Having eaten, Shoz-Dijiji quenched his thirst from his water bottle, drawing the liquid into his mouth through his drinking reed, a bit of cane, attached to his scanty apparel by a length of buckskin, for no water might touch his lips during his four novitiate excursions upon the war trail. Treasured therefore was his sacred drinking reed without which he must choose between death by thirst and the loss of credit for all that he had performed upon the war trail, together with the attendant ridicule of the tribe.

Only slightly less esteemed was another treasure dangling from a second buckskin thong—a bit of cedar three inches in length and less than half an inch in width. This was his scratch stick, an article that he found constant use for, since he might not scratch himself with his fingers during this holy period of initiation into the rites and mysteries of the sacred war trail. These two necessary adjuncts to the successful consummation of his ambition he had fashioned in the high places under the eyes of Usen; he had sanctified them with prayer and the sacrificial offering of hoddentin and he had brought them to Nakay-do-klunni, the great izze-nantan, to be blessed, and so he set great store by them, but he was glad that soon he would not have to carry them upon the war trail.

With one more test of his fitness, which might come this very day or the next, he would be ready to go before the council prepared to lay away forever the last vestiges of his youth; and so he strained his eyes in an effort to discover the first signs of pursuit which might afford him the opportunity he craved.

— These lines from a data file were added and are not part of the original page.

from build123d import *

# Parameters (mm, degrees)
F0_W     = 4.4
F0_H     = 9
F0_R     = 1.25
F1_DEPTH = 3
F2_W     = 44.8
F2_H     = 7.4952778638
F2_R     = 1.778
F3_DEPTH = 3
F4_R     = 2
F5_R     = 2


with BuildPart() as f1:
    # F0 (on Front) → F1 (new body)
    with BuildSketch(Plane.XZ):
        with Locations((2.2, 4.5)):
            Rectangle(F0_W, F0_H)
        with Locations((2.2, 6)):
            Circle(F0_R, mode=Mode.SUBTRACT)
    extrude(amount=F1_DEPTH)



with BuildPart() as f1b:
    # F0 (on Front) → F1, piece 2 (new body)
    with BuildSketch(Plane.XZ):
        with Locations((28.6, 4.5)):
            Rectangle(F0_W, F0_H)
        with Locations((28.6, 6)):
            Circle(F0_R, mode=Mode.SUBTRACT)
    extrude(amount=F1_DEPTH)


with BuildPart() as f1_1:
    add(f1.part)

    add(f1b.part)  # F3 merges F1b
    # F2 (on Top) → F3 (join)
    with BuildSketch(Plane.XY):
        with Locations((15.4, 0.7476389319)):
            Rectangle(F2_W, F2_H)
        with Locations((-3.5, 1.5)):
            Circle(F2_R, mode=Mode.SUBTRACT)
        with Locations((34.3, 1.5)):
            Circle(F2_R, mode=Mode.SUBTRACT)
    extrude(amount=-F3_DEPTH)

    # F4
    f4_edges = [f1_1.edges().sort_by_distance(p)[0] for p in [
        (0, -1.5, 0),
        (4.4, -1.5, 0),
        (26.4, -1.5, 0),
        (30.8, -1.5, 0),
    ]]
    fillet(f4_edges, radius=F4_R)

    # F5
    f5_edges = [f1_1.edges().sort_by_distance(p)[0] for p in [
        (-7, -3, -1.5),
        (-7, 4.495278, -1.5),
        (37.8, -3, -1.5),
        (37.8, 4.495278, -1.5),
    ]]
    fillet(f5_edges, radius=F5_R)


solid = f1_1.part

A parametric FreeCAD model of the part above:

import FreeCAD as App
import Part
import Sketcher
from FreeCAD import Vector


def edges_at(feature, points):
    """Names of the edges that pass closest to the given points."""
    edges = feature.Shape.Edges
    near = lambda p: min(range(len(edges)), key=lambda i: edges[i].distToShape(Part.Vertex(*p))[0])
    return sorted({f"Edge{near(p) + 1}" for p in points})


def add_polygon(sketch, points):
    """Adds a closed chain of lines whose ends are joined by coincident constraints."""
    first, n = sketch.GeometryCount, len(points)
    for a, b in zip(points, points[1:] + points[:1]):
        sketch.addGeometry(Part.LineSegment(App.Vector(*a, 0), App.Vector(*b, 0)), False)
    for i in range(n):
        sketch.addConstraint(Sketcher.Constraint("Coincident", first + i, 2, first + (i + 1) % n, 1))

doc = App.newDocument("Part")
body = doc.addObject("PartDesign::Body", "Body")

# Sketch on XZ plane
sketch1 = body.newObject("Sketcher::SketchObject", "Sketch")
sketch1.AttachmentSupport = (doc.getObject("XZ_Plane"), [""])
sketch1.MapMode = "FlatFace"
add_polygon(sketch1, [(0, 9), (0, 0), (4.4, 0), (4.4, 9)])  # lines 0-3
sketch1.addGeometry(Part.Circle(Vector(2.2, 6, 0), Vector(0, 0, 1), 1.25), False)  # 4
sketch1.addConstraint(Sketcher.Constraint("Vertical", 0))
sketch1.addConstraint(Sketcher.Constraint("Horizontal", 1))
sketch1.addConstraint(Sketcher.Constraint("Vertical", 2))
sketch1.addConstraint(Sketcher.Constraint("Horizontal", 3))
sketch1.addConstraint(Sketcher.Constraint("Coincident", 0, 2, -1, 1))
sketch1.addConstraint(Sketcher.Constraint("Diameter", 4, 2.5))
sketch1.addConstraint(Sketcher.Constraint("DistanceY", 0, 2, 0, 1, 9.0))
sketch1.addConstraint(Sketcher.Constraint("DistanceX", 1, 1, 1, 2, 4.4))
sketch1.addConstraint(Sketcher.Constraint("DistanceY", -1, 1, 4, 3, 6.0))
sketch1.addConstraint(Sketcher.Constraint("DistanceX", -1, 1, 4, 3, 2.2))
pad1 = body.newObject("PartDesign::Pad", "Pad")
pad1.Profile = sketch1
pad1.Length = 3
body2 = doc.addObject("PartDesign::Body", "Body001")

# Sketch on XZ plane
sketch2 = body2.newObject("Sketcher::SketchObject", "Sketch001")
sketch2.AttachmentSupport = (doc.getObject("XZ_Plane001"), [""])
sketch2.MapMode = "FlatFace"
add_polygon(sketch2, [(26.4, 9), (26.4, 0), (30.8, 0), (30.8, 9)])  # lines 0-3
sketch2.addGeometry(Part.Circle(Vector(28.6, 6, 0), Vector(0, 0, 1), 1.25), False)  # 4
sketch2.addConstraint(Sketcher.Constraint("Vertical", 0))
sketch2.addConstraint(Sketcher.Constraint("Horizontal", 1))
sketch2.addConstraint(Sketcher.Constraint("Vertical", 2))
sketch2.addConstraint(Sketcher.Constraint("Horizontal", 3))
sketch2.addConstraint(Sketcher.Constraint("PointOnObject", 0, 2, -1))
sketch2.addConstraint(Sketcher.Constraint("Diameter", 4, 2.5))
sketch2.addConstraint(Sketcher.Constraint("DistanceY", 0, 2, 0, 1, 9.0))
sketch2.addConstraint(Sketcher.Constraint("DistanceX", 1, 1, 1, 2, 4.4))
sketch2.addConstraint(Sketcher.Constraint("DistanceY", -1, 1, 4, 3, 6.0))
sketch2.addConstraint(Sketcher.Constraint("DistanceX", -1, 1, 4, 3, 28.6))
sketch2.addConstraint(Sketcher.Constraint("DistanceX", -1, 1, 0, 2, 26.4))
pad2 = body2.newObject("PartDesign::Pad", "Pad001")
pad2.Profile = sketch2
pad2.Length = 3
body.AllowCompound = True
doc.recompute()

boolean = body.newObject("PartDesign::Boolean", "Boolean")
boolean.Type = "Fuse"
boolean.addObjects([body2])

# Sketch on XY plane
sketch3 = body.newObject("Sketcher::SketchObject", "Sketch002")
sketch3.AttachmentSupport = (doc.getObject("XY_Plane"), [""])
sketch3.MapMode = "FlatFace"
add_polygon(sketch3, [(-7, 4.495278), (-7, -3), (37.8, -3), (37.8, 4.495278)])  # lines 0-3
sketch3.addGeometry(Part.Circle(Vector(-3.5, 1.5, 0), Vector(0, 0, 1), 1.778), False)  # 4
sketch3.addGeometry(Part.Circle(Vector(34.3, 1.5, 0), Vector(0, 0, 1), 1.778), False)  # 5
sketch3.addConstraint(Sketcher.Constraint("Vertical", 0))
sketch3.addConstraint(Sketcher.Constraint("Horizontal", 1))
sketch3.addConstraint(Sketcher.Constraint("Vertical", 2))
sketch3.addConstraint(Sketcher.Constraint("Horizontal", 3))
sketch3.addConstraint(Sketcher.Constraint("Equal", 4, 5))
sketch3.addConstraint(Sketcher.Constraint("Horizontal", 4, 3, 5, 3))
sketch3.addConstraint(Sketcher.Constraint("Diameter", 4, 3.556))
sketch3.addConstraint(Sketcher.Constraint("DistanceX", 1, 1, 1, 2, 44.8))
sketch3.addConstraint(Sketcher.Constraint("DistanceX", 0, 2, -1, 1, 7.0))
sketch3.addConstraint(Sketcher.Constraint("DistanceY", 0, 2, -1, 1, 3.0))
sketch3.addConstraint(Sketcher.Constraint("DistanceX", 4, 3, -1, 1, 3.5))
sketch3.addConstraint(Sketcher.Constraint("DistanceY", -1, 1, 4, 3, 1.5))
sketch3.addConstraint(Sketcher.Constraint("DistanceX", -1, 1, 5, 3, 34.3))
sketch3.addConstraint(Sketcher.Constraint("DistanceY", 0, 2, 0, 1, 7.495278))
pad3 = body.newObject("PartDesign::Pad", "Pad002")
pad3.Profile = sketch3
pad3.Length = 3
pad3.Reversed = True
doc.recompute()

fillet = body.newObject("PartDesign::Fillet", "Fillet")
fillet.Base = (pad3, edges_at(pad3, [
    (0, -1.5, 0),
    (4.4, -1.5, 0),
    (26.4, -1.5, 0),
    (30.8, -1.5, 0),
]))
fillet.Radius = 2
doc.recompute()

fillet2 = body.newObject("PartDesign::Fillet", "Fillet001")
fillet2.Base = (fillet, edges_at(fillet, [
    (-7, -3, -1.5),
    (-7, 4.495, -1.5),
    (37.8, -3, -1.5),
    (37.8, 4.495, -1.5),
]))
fillet2.Radius = 2

doc.recompute()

A warrior! The young blood surged hot and savage in his veins, conjured by that magic word. A warrior! To come and go as he wished, master of his own destiny, answerable to none; his achievements limited only by the measure of his own prowess. He saw himself a great chief—war chief of all the Apaches. And in the vivid picture that imagination projected upon his screen of dreams the same figures, the same scenes recurred interminably; the war trail, where he fought the blue-clad soldiers of the pindah lickoyee side by side with his best friend, Gian-nah-tah; the council, with the sinister figure of Juh thwarted, confounded at every turn and finally locked with Shoz-Dijiji in a duel to death; the camp, where in his own tepee he rested after the war trail and the chase in the arms of Ish-kay-nay.

Geronimo awoke and relieving the youth told him to sleep. The day wore on, the three relieving one another in turn. Shoz-Dijiji had led the three horses to a tiny spring to water them and to fill the water bottles of his companions and his own. Geronimo was watching—back toward the south.

Throw yourself prone beside this savage sentinel and follow his gaze along the back trail. Your eyes just top the summit of a ridge which hides your body from an enemy approaching from the south. A small bush, from which you have broken a few branches that you may have an unobstructed field of vision, masks that portion of your head that rises above the ridge. An enemy might approach you up the southern slope of the ridge to within a few feet of the concealing bush and not detect your presence.

Just below, to the south, is a tiny meadow, its grasses sere and yellow; for the rains passed months ago. Beneath a single tree at the upper end of the meadow is a mud hole where Shoz-Dijiji, having filled the water bottles, is letting the ponies drink. Farther on the canyon widens where it debouches on a rolling plain that stretches on and on to hazy mountains in the south. There are mountains to the west, too; and close at hand, in the east, rise the more imposing Sierra Madre.

The plain shimmers in the heat that is still intense, though the sun is low. The sage and the greasewood point long, shadowy fingers toward the Mother of Mountains. Nowhere in all that vast expanse that your eye can see is there a sign of life. You might be looking; upon a dead world or a painted canvas. The slow lengthening of the shadows is imperceptible. You see nothing that might even remotely suggest life, beyond the solitary brave watering the ponies below you; but that is because the asthenia of civilization has left you half blind as well as half deaf, for where you see nothing and hear nothing Geronimo is conscious of life, movement and sound—of rodents, reptiles and birds awaiting, quiescent, the lessening heat of dusk.

Of these things he is merely conscious, his attention being centered upon some tiny specks moving in the haze of the distant horizon. These you could not see if they were pointed out, much less recognize; but Geronimo has been watching them for some time. He has recognized them, counted them. He half turned toward his companion who was freshening the paint upon his face.

“The vaqueros are coming after their ponies,” he said. “There are nine of them.”